Но Том не хотел рассказывать, что у него вышло с великаном Денбрасом, и он ответил:
— Видишь ли, за это время у меня умер дедушка, который жил в горах, и оставил мне в наследство землю и деньги. Я должен скорей пойти туда и похоронить старика честь по чести.
Под этим предлогом Том покинул гостеприимного хозяина и поспешил к своей возлюбленной в Кролас. Ей он все рассказал без утайки; они поженились и зажили в замке великана припеваючи.
Ночная погоня
Жила-была на свете женщина. Как-то раз, ложась спать, она подумала: «Завтра я должна встать ни свет ни заря, чтобы вовремя поспеть на базар».
Она собиралась продать на базаре яички и масло.
Спать она легла рано и проснулась, когда еще было совсем темно. Часов у нее не было, узнавать время по луне и по звездам она не умела, а потому решила, что уже пора вставать, хотя еще и полночь не пробило.
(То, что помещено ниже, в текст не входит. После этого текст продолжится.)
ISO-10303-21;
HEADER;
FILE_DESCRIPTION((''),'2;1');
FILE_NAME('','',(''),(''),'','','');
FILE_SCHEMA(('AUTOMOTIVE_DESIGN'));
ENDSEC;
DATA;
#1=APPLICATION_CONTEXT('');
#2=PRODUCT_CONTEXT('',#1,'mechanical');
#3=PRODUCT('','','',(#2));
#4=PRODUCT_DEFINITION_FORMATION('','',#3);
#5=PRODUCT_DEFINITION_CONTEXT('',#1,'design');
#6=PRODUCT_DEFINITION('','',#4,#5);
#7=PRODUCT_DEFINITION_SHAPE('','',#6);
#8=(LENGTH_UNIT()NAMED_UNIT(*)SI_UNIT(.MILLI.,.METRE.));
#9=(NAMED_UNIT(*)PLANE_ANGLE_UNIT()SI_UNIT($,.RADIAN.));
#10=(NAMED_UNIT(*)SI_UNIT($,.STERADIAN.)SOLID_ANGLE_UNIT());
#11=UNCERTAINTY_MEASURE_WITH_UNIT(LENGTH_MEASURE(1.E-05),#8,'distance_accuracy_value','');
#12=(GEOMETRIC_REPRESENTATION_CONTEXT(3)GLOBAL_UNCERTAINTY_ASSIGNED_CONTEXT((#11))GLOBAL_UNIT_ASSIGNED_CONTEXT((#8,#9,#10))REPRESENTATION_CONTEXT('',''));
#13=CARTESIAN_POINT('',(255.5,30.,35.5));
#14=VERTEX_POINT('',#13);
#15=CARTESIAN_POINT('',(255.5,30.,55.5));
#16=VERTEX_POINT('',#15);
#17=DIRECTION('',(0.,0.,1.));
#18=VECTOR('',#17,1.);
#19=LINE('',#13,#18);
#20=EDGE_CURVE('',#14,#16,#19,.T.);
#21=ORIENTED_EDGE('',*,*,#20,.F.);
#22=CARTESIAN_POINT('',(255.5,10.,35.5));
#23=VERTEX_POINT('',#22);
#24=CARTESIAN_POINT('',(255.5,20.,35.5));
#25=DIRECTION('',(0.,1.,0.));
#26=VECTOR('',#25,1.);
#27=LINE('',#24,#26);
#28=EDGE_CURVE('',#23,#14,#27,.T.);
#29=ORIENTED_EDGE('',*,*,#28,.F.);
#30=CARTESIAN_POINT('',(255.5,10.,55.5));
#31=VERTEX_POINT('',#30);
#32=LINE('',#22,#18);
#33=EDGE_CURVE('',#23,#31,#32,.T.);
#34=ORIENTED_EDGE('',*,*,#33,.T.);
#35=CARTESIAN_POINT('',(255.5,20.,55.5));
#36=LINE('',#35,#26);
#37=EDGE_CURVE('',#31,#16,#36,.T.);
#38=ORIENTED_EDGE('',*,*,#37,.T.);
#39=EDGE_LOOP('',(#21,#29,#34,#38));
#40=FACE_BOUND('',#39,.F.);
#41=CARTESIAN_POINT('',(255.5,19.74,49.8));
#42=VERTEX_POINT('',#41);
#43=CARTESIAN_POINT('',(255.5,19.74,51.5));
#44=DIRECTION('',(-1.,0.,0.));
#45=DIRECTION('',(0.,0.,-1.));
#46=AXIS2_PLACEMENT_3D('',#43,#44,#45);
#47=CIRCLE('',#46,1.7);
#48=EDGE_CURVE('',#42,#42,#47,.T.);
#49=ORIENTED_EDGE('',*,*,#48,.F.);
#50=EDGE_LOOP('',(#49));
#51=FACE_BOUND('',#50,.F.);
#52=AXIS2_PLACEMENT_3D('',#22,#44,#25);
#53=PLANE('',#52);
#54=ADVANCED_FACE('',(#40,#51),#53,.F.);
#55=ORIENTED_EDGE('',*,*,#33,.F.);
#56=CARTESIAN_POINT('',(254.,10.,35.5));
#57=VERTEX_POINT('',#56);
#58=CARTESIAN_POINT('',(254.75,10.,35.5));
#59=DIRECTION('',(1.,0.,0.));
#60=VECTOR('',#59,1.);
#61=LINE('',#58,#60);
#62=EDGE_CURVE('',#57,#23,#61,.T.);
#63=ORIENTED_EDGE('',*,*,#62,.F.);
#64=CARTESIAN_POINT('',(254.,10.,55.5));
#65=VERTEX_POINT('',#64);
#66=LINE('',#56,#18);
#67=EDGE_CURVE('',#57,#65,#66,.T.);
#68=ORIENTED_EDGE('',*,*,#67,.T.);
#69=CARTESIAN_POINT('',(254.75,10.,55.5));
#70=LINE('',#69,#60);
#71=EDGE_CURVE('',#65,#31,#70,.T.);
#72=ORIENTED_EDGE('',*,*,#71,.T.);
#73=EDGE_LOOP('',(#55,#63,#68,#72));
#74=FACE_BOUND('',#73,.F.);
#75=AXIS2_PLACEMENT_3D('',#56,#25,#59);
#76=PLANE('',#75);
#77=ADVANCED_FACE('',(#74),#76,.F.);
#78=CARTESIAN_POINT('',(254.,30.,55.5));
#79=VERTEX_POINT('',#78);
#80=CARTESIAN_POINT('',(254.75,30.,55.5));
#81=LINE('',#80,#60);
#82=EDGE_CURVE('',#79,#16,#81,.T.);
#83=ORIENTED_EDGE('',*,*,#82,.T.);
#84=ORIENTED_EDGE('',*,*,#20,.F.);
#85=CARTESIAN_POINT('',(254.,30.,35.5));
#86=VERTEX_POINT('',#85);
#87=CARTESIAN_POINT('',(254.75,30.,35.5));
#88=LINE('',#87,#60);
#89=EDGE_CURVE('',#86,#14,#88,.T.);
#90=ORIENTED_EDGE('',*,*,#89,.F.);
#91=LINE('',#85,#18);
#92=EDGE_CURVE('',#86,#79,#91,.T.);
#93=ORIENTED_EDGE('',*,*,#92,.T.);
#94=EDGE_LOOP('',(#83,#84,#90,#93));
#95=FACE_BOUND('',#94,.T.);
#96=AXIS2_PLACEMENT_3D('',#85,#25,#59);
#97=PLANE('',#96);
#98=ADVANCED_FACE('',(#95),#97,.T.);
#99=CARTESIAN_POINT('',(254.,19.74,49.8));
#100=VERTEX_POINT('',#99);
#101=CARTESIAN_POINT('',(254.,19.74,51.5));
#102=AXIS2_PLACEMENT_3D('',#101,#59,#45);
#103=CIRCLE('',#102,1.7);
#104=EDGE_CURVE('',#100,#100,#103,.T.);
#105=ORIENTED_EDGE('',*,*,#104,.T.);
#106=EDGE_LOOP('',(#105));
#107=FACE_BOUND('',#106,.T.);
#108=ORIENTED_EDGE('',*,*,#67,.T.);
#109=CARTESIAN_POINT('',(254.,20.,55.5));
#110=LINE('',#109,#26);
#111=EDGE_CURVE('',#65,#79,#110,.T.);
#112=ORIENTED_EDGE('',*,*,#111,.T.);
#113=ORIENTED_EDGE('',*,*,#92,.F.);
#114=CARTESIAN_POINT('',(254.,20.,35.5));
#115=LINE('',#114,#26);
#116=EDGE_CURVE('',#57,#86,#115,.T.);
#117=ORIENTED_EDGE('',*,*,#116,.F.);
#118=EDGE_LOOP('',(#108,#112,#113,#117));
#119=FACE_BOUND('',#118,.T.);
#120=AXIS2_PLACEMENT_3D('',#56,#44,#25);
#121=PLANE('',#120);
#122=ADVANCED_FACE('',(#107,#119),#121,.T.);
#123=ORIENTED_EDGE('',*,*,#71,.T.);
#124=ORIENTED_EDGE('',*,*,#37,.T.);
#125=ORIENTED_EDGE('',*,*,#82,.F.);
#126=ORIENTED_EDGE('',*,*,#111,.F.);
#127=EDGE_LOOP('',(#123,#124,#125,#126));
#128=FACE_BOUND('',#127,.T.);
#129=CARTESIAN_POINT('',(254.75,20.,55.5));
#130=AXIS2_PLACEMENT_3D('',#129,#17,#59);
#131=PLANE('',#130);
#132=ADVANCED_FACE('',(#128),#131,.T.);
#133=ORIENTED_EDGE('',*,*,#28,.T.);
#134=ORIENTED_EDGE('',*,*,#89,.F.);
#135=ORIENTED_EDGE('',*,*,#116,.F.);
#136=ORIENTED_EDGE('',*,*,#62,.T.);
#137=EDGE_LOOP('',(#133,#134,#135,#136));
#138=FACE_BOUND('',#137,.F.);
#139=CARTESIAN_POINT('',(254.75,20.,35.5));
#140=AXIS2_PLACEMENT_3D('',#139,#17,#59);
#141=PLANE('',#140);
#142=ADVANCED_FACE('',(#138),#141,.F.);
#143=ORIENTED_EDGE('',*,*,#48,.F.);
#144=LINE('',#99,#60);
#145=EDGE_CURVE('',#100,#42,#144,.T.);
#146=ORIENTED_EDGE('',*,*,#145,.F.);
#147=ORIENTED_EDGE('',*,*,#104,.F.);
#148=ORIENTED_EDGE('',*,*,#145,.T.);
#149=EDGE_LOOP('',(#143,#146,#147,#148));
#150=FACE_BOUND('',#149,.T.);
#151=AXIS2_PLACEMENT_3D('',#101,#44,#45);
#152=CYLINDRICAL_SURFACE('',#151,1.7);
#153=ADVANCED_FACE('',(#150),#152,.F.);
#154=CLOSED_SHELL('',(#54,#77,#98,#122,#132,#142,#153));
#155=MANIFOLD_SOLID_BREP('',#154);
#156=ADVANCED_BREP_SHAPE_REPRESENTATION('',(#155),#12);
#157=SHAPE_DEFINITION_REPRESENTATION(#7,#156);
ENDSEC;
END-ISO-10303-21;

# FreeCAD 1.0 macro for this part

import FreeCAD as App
import Part
import Sketcher
from FreeCAD import Vector

doc = App.newDocument("Part")
body = doc.addObject("PartDesign::Body", "Body")

# Sketch on YZ plane
sketch1 = body.newObject("Sketcher::SketchObject", "Sketch")
sketch1.AttachmentSupport = (doc.getObject("YZ_Plane"), [""])
sketch1.MapMode = "FlatFace"
sketch1.AttachmentOffset = App.Placement(Vector(0, 0, 254), App.Rotation())
sketch1.addGeometry(Part.Circle(Vector(19.74, 51.5, 0), Vector(0, 0, 1), 1.7), False)
sketch1.addConstraint(Sketcher.Constraint("Diameter", 0, 3.4))
sketch1.addConstraint(Sketcher.Constraint("DistanceY", -1, 1, 0, 3, 51.5))
sketch1.addConstraint(Sketcher.Constraint("DistanceX", -1, 1, 0, 3, 19.74))
pad1 = body.newObject("PartDesign::Pad", "Pad")
pad1.Profile = sketch1
pad1.Length = 20
body2 = doc.addObject("PartDesign::Body", "Body001")

# Sketch on XY plane
sketch2 = body2.newObject("Sketcher::SketchObject", "Sketch001")
sketch2.AttachmentSupport = (doc.getObject("XY_Plane001"), [""])
sketch2.MapMode = "FlatFace"
sketch2.AttachmentOffset = App.Placement(Vector(0, 0, 35.5), App.Rotation())
sketch2.addGeometry(Part.LineSegment(Vector(254, 30, 0), Vector(254, 10, 0)), False)
sketch2.addGeometry(Part.LineSegment(Vector(254, 10, 0), Vector(255.5, 10, 0)), False)
sketch2.addGeometry(Part.LineSegment(Vector(255.5, 10, 0), Vector(255.5, 30, 0)), False)
sketch2.addGeometry(Part.LineSegment(Vector(255.5, 30, 0), Vector(254, 30, 0)), False)
sketch2.addConstraint(Sketcher.Constraint("Coincident", 0, 2, 1, 1))
sketch2.addConstraint(Sketcher.Constraint("Coincident", 1, 2, 2, 1))
sketch2.addConstraint(Sketcher.Constraint("Coincident", 2, 2, 3, 1))
sketch2.addConstraint(Sketcher.Constraint("Coincident", 3, 2, 0, 1))
sketch2.addConstraint(Sketcher.Constraint("Vertical", 0))
sketch2.addConstraint(Sketcher.Constraint("Horizontal", 1))
sketch2.addConstraint(Sketcher.Constraint("Vertical", 2))
sketch2.addConstraint(Sketcher.Constraint("Horizontal", 3))
sketch2.addConstraint(Sketcher.Constraint("DistanceY", 0, 2, 0, 1, 20.0))
sketch2.addConstraint(Sketcher.Constraint("DistanceX", 1, 1, 1, 2, 1.5))
sketch2.addConstraint(Sketcher.Constraint("DistanceX", -1, 1, 0, 2, 254.0))
sketch2.addConstraint(Sketcher.Constraint("DistanceY", -1, 1, 0, 2, 10.0))
pad2 = body2.newObject("PartDesign::Pad", "Pad001")
pad2.Profile = sketch2
pad2.Length = 20
doc.recompute()

boolean = body2.newObject("PartDesign::Boolean", "Boolean")
boolean.Type = "Cut"
boolean.addObjects([body])

doc.recompute()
И вот в эту странную темную пору вывела она из конюшни сонного коня, приладила ему на спину две плетеные корзины — с маслом и с яичками, — накинула себе на плечи плащ, села верхом на коня и отправилась в путь. Путь ее в город лежал через Вересковую Пустошь — странное местечко, совсем не подходящее для ночных прогулок.
Не успела она далеко отъехать, как вдруг услыхала громкий собачий лай и при свете звезд — к счастью, в ту ночь небо было ясное и звезд высыпало видимо-невидимо — увидела бегущего зайца.
Заяц бросился прямо к ней и, чуть не добежав до нее, вскочил на живую изгородь, всем своим видом словно говоря: «Подойди, возьми меня и спрячь!»
Женщина эта вообще недолюбливала охоту, поэтому не стала себя долго упрашивать, сняла с изгороди дрожащего зайца, спрятала его в одну из своих корзин и как ни в чем не бывало поехала дальше.
Однако очень скоро она опять услыхала собачий лай и тут же увидела чудного всадника на лошади — ох, вы только представьте себе! — на лошади без головы. Всадник был весь черный, и голова — слава богу, на месте! — тоже черная, а на макушке из-под жокейской шапочки торчали рожки. Хуже того, глянув вниз, она увидела, что в стремена он вдел вовсе не ноги, обутые во что-нибудь там, а раздвоенные копыта!
Черного всадника на лошади без головы со всех сторон обступили большие черные псы, сбежавшиеся, верно, на запах зайца. Псы были тоже совсем необычные. На голове у них были маленькие рожки, а когда они вертели хвостами, во все стороны так и сыпались искры, и, принюхавшись, женщина почувствовала запах серы. Страх, да и только!
Но она была женщина храбрая, и если уж решила спасти зайца и спрятать в свою корзину, то уж ни за что его не выдала бы. К тому же она знала, что хоть черт и умен, а все-таки не волшебник! Не мог он догадаться, куда девался заяц.
И вправду, черт поклонился ей и очень вежливо спросил, не видала ли она, в какую сторону побежал заяц. Она покачала головой: мол, не видела и не знает. И он затрубил в рог, пришпорил коня без головы и поскакал прочь с Вересковой Пустоши, а черные псы за ним, и скоро все скрылись из глаз, чему женщина была очень рада, как вы и сами можете догадаться.